The manager glared at him and said, “What’s going on here, where are you boys from?”

“We’re CIOs from Alabama, and there’re gonna be lots of changes around here!”

The Lowry brothers had made the switch at lightening speed — from shutting black people out of their social life to being proud of breaking down racial barriers.

Black and White Together, We Shall Not Be Moved

Another moving example happened the next year, in Bessemer, Alabama, Birmingham’s iron-mine suburb.

I was working for the Transport Workers of America, famous for organizing the New York City subway workers. This was a Communist-led union, with a very active membership that packed the local meetings and held democratic discussions of all-important decisions. They hired me to organize the city bus drivers in Bessemer, who had asked the union for help.

At that point, a hotly contested strike broke out among the town’s laundry workers. There were three laundries: one owned by a local judge, another quite prosperous, and a Chinese hand laundry where black women did the wash for a pittance a day. I heard that the two big laundries had forced the Chinese owner to take a tough stance toward his workers in order to both break the union and remove the Chinese laundry from competition.
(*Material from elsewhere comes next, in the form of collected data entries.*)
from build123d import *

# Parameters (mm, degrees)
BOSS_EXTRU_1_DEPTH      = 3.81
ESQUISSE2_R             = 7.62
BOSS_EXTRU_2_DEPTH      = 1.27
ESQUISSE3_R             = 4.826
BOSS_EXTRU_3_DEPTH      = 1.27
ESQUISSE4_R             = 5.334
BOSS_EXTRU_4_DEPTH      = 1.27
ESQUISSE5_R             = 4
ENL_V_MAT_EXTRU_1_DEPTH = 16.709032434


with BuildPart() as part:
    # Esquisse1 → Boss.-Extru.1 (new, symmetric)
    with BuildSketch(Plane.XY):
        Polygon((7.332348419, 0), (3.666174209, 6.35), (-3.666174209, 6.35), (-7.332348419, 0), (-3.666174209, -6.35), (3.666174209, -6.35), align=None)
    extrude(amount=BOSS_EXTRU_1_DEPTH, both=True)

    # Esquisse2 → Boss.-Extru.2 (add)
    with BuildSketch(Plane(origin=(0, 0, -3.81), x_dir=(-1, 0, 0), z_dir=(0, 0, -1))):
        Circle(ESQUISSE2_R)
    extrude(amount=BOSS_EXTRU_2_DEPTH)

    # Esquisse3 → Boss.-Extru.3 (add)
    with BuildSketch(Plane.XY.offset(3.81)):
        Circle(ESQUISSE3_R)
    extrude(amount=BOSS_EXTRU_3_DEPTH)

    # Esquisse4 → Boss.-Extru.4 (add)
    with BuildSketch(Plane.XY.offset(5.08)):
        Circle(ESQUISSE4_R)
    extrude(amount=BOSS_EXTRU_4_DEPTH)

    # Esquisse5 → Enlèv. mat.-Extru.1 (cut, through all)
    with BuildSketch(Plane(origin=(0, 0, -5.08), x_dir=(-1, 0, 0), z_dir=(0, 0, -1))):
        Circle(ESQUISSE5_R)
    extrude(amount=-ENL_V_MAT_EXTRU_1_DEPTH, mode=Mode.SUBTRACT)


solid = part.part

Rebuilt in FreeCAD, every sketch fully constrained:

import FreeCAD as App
import Part
import Sketcher
from FreeCAD import Vector
Q = App.Units.Quantity


def add_polygon(sketch, points):
    """Adds a closed chain of lines whose ends are joined by coincident constraints."""
    first, n = sketch.GeometryCount, len(points)
    for a, b in zip(points, points[1:] + points[:1]):
        sketch.addGeometry(Part.LineSegment(App.Vector(*a, 0), App.Vector(*b, 0)), False)
    for i in range(n):
        sketch.addConstraint(Sketcher.Constraint("Coincident", first + i, 2, first + (i + 1) % n, 1))

doc = App.newDocument("Part")
body = doc.addObject("PartDesign::Body", "Body")

# Sketch on XY plane
sketch1 = body.newObject("Sketcher::SketchObject", "Sketch")
sketch1.AttachmentSupport = (doc.getObject("XY_Plane"), [""])
sketch1.MapMode = "FlatFace"
add_polygon(sketch1, [(7, 0), (4, 6), (-4, 6), (-7, 0), (-4, -6), (4, -6)])  # lines 0-5
sketch1.addConstraint([
    Sketcher.Constraint("Horizontal", 1),
    Sketcher.Constraint("Horizontal", 4),
    Sketcher.Constraint("Symmetric", 0, 2, 3, 2, -1, 1),
    Sketcher.Constraint("Symmetric", 2, 2, 5, 2, -1, 1),
    Sketcher.Constraint("PointOnObject", 2, 2, -1),
    Sketcher.Constraint("Parallel", 2, 5),
    Sketcher.Constraint("Vertical", 1, 2, 3, 2),
    Sketcher.Constraint("Angle", 0, Q("120 deg")),
    Sketcher.Constraint("DistanceY", 3, 2, 1, 2, Q("0.5 in")),
    Sketcher.Constraint("DistanceX", 1, 2, 1, 1, Q("7.332348 mm")),
])
pad1 = body.newObject("PartDesign::Pad", "Pad")
pad1.Profile = sketch1
pad1.Length = Q("0.3 in")
pad1.Midplane = True

# Sketch on XY plane
sketch2 = body.newObject("Sketcher::SketchObject", "Sketch001")
sketch2.AttachmentSupport = (doc.getObject("XY_Plane"), [""])
sketch2.MapMode = "FlatFace"
sketch2.AttachmentOffset = App.Placement(Vector(0, 0, -0.15 * 25.4), App.Rotation())
sketch2.addGeometry(Part.Circle(Vector(0, 0, 0), Vector(0, 0, 1), 8), False)
sketch2.addConstraint([
    Sketcher.Constraint("Coincident", 0, 3, -1, 1),
    Sketcher.Constraint("Diameter", 0, Q("0.6 in")),
])
pad2 = body.newObject("PartDesign::Pad", "Pad001")
pad2.Profile = sketch2
pad2.Length = Q("0.05 in")
pad2.Reversed = True

# Sketch on XY plane
sketch3 = body.newObject("Sketcher::SketchObject", "Sketch002")
sketch3.AttachmentSupport = (doc.getObject("XY_Plane"), [""])
sketch3.MapMode = "FlatFace"
sketch3.AttachmentOffset = App.Placement(Vector(0, 0, 0.15 * 25.4), App.Rotation())
sketch3.addGeometry(Part.Circle(Vector(0, 0, 0), Vector(0, 0, 1), 4.8), False)
sketch3.addConstraint([
    Sketcher.Constraint("Coincident", 0, 3, -1, 1),
    Sketcher.Constraint("Diameter", 0, Q("0.38 in")),
])
pad3 = body.newObject("PartDesign::Pad", "Pad002")
pad3.Profile = sketch3
pad3.Length = Q("0.05 in")

# Sketch on XY plane
sketch4 = body.newObject("Sketcher::SketchObject", "Sketch003")
sketch4.AttachmentSupport = (doc.getObject("XY_Plane"), [""])
sketch4.MapMode = "FlatFace"
sketch4.AttachmentOffset = App.Placement(Vector(0, 0, 0.2 * 25.4), App.Rotation())
sketch4.addGeometry(Part.Circle(Vector(0, 0, 0), Vector(0, 0, 1), 5), False)
sketch4.addConstraint([
    Sketcher.Constraint("Coincident", 0, 3, -1, 1),
    Sketcher.Constraint("Diameter", 0, Q("0.42 in")),
])
pad4 = body.newObject("PartDesign::Pad", "Pad003")
pad4.Profile = sketch4
pad4.Length = Q("0.05 in")

# Sketch on XY plane
sketch5 = body.newObject("Sketcher::SketchObject", "Sketch004")
sketch5.AttachmentSupport = (doc.getObject("XY_Plane"), [""])
sketch5.MapMode = "FlatFace"
sketch5.AttachmentOffset = App.Placement(Vector(0, 0, -0.2 * 25.4), App.Rotation())
sketch5.addGeometry(Part.Circle(Vector(0, 0, 0), Vector(0, 0, 1), 4), False)
sketch5.addConstraint([
    Sketcher.Constraint("Coincident", 0, 3, -1, 1),
    Sketcher.Constraint("Diameter", 0, Q("8 mm")),
])
pocket1 = body.newObject("PartDesign::Pocket", "Pocket")
pocket1.Profile = sketch5
pocket1.Type = "ThroughAll"
pocket1.Reversed = True

doc.recompute()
So the black women at the Chinese laundry went on strike and formed a picket line to prevent scabs from taking their jobs. But the owners started busing in a gaggle of white sex workers — “hookers,” as they were referred to — every morning. The black women strikers couldn’t interfere with white women crossing the picket line, so the scabs would just go in and sit down for a while; they had no intention of working — but they threatened to break the strike.

What could I do?

Meanwhile, the Merita Bakery workers in Birmingham had been on a marathon strike. They were all white, and they belonged to a bitterly anti-communist, racist AFL union. So I suggested getting the bakery workers to come to Bessemer to hold the picket line. Everyone thought it was a crazy, impossible idea: “They’ll throw you down the stairs of the union hall if you even suggest it!”

But I believed in the appeal to common interests. I went to the Merita union meeting and explained what was happening in Bessemer. I reminded the workers that if you let them break one strike, they can break another one, and asked them to come out and hold the picket line.

They loved it! The next morning, shortly after five o’clock, a busload of bakery girls came out to the Chinese laundry and formed a phalanx in front of the doorway. When the van full of sex workers appeared, the strikebreakers got out of the van, only to be assailed by umbrella-waving bakery workers. They turned and fled and were never seen or heard from again.

This was another powerful object lesson for me: black and white workers could unite around common interests in the South, and we could work our way out of poverty. It also confirmed another belief of mine: that while we need to make a clear-headed assessment of the forces that oppose us, we mustn’t listen to the “tired liberals” who insist “you can’t do that” and “it’ll never work.”